ATROVENT HFA Inhalation Aerosol (42 mcg) was shown to be clinically comparable to ATROVENT Inhalation Aerosol CFC (42 mcg).

Figure 1 Day 1 and Day 85 (Primary Endpoint) Results

In this study, both Atrovent® HFA (ipratropium bromide HFA) Inhalation Aerosol and Atrovent® (ipratropium bromide) Inhalation Aerosol CFC formulations were equally effective in patients over 65 years of age and under 65 years of age.

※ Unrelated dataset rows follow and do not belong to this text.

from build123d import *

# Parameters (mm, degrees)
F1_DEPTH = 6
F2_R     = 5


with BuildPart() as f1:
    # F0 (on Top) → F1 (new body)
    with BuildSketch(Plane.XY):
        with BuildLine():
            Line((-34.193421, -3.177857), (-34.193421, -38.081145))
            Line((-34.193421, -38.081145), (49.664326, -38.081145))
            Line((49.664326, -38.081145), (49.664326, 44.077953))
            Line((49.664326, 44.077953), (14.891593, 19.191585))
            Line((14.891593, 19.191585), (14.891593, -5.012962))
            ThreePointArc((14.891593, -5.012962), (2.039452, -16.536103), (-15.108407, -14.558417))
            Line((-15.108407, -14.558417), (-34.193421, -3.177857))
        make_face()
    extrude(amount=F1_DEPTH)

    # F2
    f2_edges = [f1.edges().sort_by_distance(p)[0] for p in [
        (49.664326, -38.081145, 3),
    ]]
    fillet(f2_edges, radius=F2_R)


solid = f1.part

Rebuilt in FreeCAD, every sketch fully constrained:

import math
import FreeCAD as App
import Part
import Sketcher
from FreeCAD import Vector
Q = App.Units.Quantity


def edges_at(feature, points):
    """Names of the edges that pass closest to the given points."""
    edges = feature.Shape.Edges
    near = lambda p: min(range(len(edges)), key=lambda i: edges[i].distToShape(Part.Vertex(*p))[0])
    return sorted({f"Edge{near(p) + 1}" for p in points})

doc = App.newDocument("Part")
body = doc.addObject("PartDesign::Body", "Body")

sketch1 = doc.addObject("Sketcher::SketchObject", "Sketch")
body.addObject(sketch1)
sketch1.AttachmentSupport = (doc.XY_Plane, [""])
sketch1.MapMode = "FlatFace"
sketch1.addGeometry([
    Part.LineSegment(Vector(-34.193421, -3.177857, 0), Vector(-34.193421, -38.081145, 0)),
    Part.LineSegment(Vector(-34.193421, -38.081145, 0), Vector(49.664326, -38.081145, 0)),
    Part.LineSegment(Vector(49.664326, -38.081145, 0), Vector(49.664326, 44.077953, 0)),
    Part.LineSegment(Vector(49.664326, 44.077953, 0), Vector(14.891593, 19.191585, 0)),
    Part.LineSegment(Vector(14.891593, 19.191585, 0), Vector(14.891593, -5.012962, 0)),
    Part.ArcOfCircle(Part.Circle(Vector(-4.337183, 3.504749, 0), Vector(0, 0, 1), 21.030864), math.radians(-120.807993), math.radians(-23.891757)),
    Part.LineSegment(Vector(-15.108407, -14.558417, 0), Vector(-34.193421, -3.177857, 0)),
], False)
sketch1.addConstraint([
    Sketcher.Constraint("Coincident", 0, 2, 1, 1),
    Sketcher.Constraint("Coincident", 1, 2, 2, 1),
    Sketcher.Constraint("Coincident", 2, 2, 3, 1),
    Sketcher.Constraint("Coincident", 3, 2, 4, 1),
    Sketcher.Constraint("Coincident", 4, 2, 5, 2),
    Sketcher.Constraint("Tangent", 5, 1, 6, 1),
    Sketcher.Constraint("Coincident", 6, 2, 0, 1),
    Sketcher.Constraint("Vertical", 0),
    Sketcher.Constraint("Horizontal", 1),
    Sketcher.Constraint("Vertical", 2),
    Sketcher.Constraint("Vertical", 4),
    Sketcher.Constraint("DistanceX", 5, 1, 4, 2, Q("30 mm")),
    Sketcher.Constraint("DistanceY", 2, 1, 2, 2, Q("82.159098 mm")),
    Sketcher.Constraint("Radius", 5, Q("21.030864 mm")),
    Sketcher.Constraint("DistanceX", 1, 1, 1, 2, Q("83.857747 mm")),
    Sketcher.Constraint("DistanceY", 0, 2, 0, 1, Q("34.903288 mm")),
    Sketcher.Constraint("DistanceY", 4, 2, 4, 1, Q("24.204547 mm")),
    Sketcher.Constraint("DistanceY", -1, 1, 5, 3, Q("3.504749 mm")),
    Sketcher.Constraint("DistanceX", 0, 2, -1, 1, Q("34.193421 mm")),
    Sketcher.Constraint("DistanceX", 5, 3, 1, 2, Q("54.001509 mm")),
    Sketcher.Constraint("DistanceY", 3, 2, 2, 2, Q("24.886368 mm")),
])
pad1 = doc.addObject("PartDesign::Pad", "Pad")
body.addObject(pad1)
pad1.Profile = sketch1
pad1.Length = 6
doc.recompute()

fillet = doc.addObject("PartDesign::Fillet", "Fillet")
body.addObject(fillet)
fillet.Base = (pad1, edges_at(pad1, [(49.664, -38.081, 3)]))
fillet.Radius = 5

doc.recompute()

The median time to improvement in pulmonary function (FEV₁ increase of 15% or more) was within approximately 15 minutes, reached a peak in 1-2 hours, and persisted for 2 to 4 hours in the majority of the patients. Improvements in Forced Vital Capacity (FVC) were also demonstrated.

The other study was a 12-week, randomized, double-blind, active-controlled clinical study in 174 adults with COPD, in which ATROVENT HFA Inhalation Aerosol 42 mcg (n=118) was compared to ATROVENT Inhalation Aerosol CFC 42 mcg (n=56). Safety and efficacy of HFA and CFC formulations were shown to be comparable.

The bronchodilatory efficacy and comparability of Atrovent® HFA (ipratropium bromide HFA) Inhalation Aerosol vs. Atrovent® (ipratropium bromide) Inhalation Aerosol CFC were also studied in a one-year open-label safety and efficacy study in 456 COPD patients. The safety and efficacy of HFA and CFC formulations were shown to be comparable.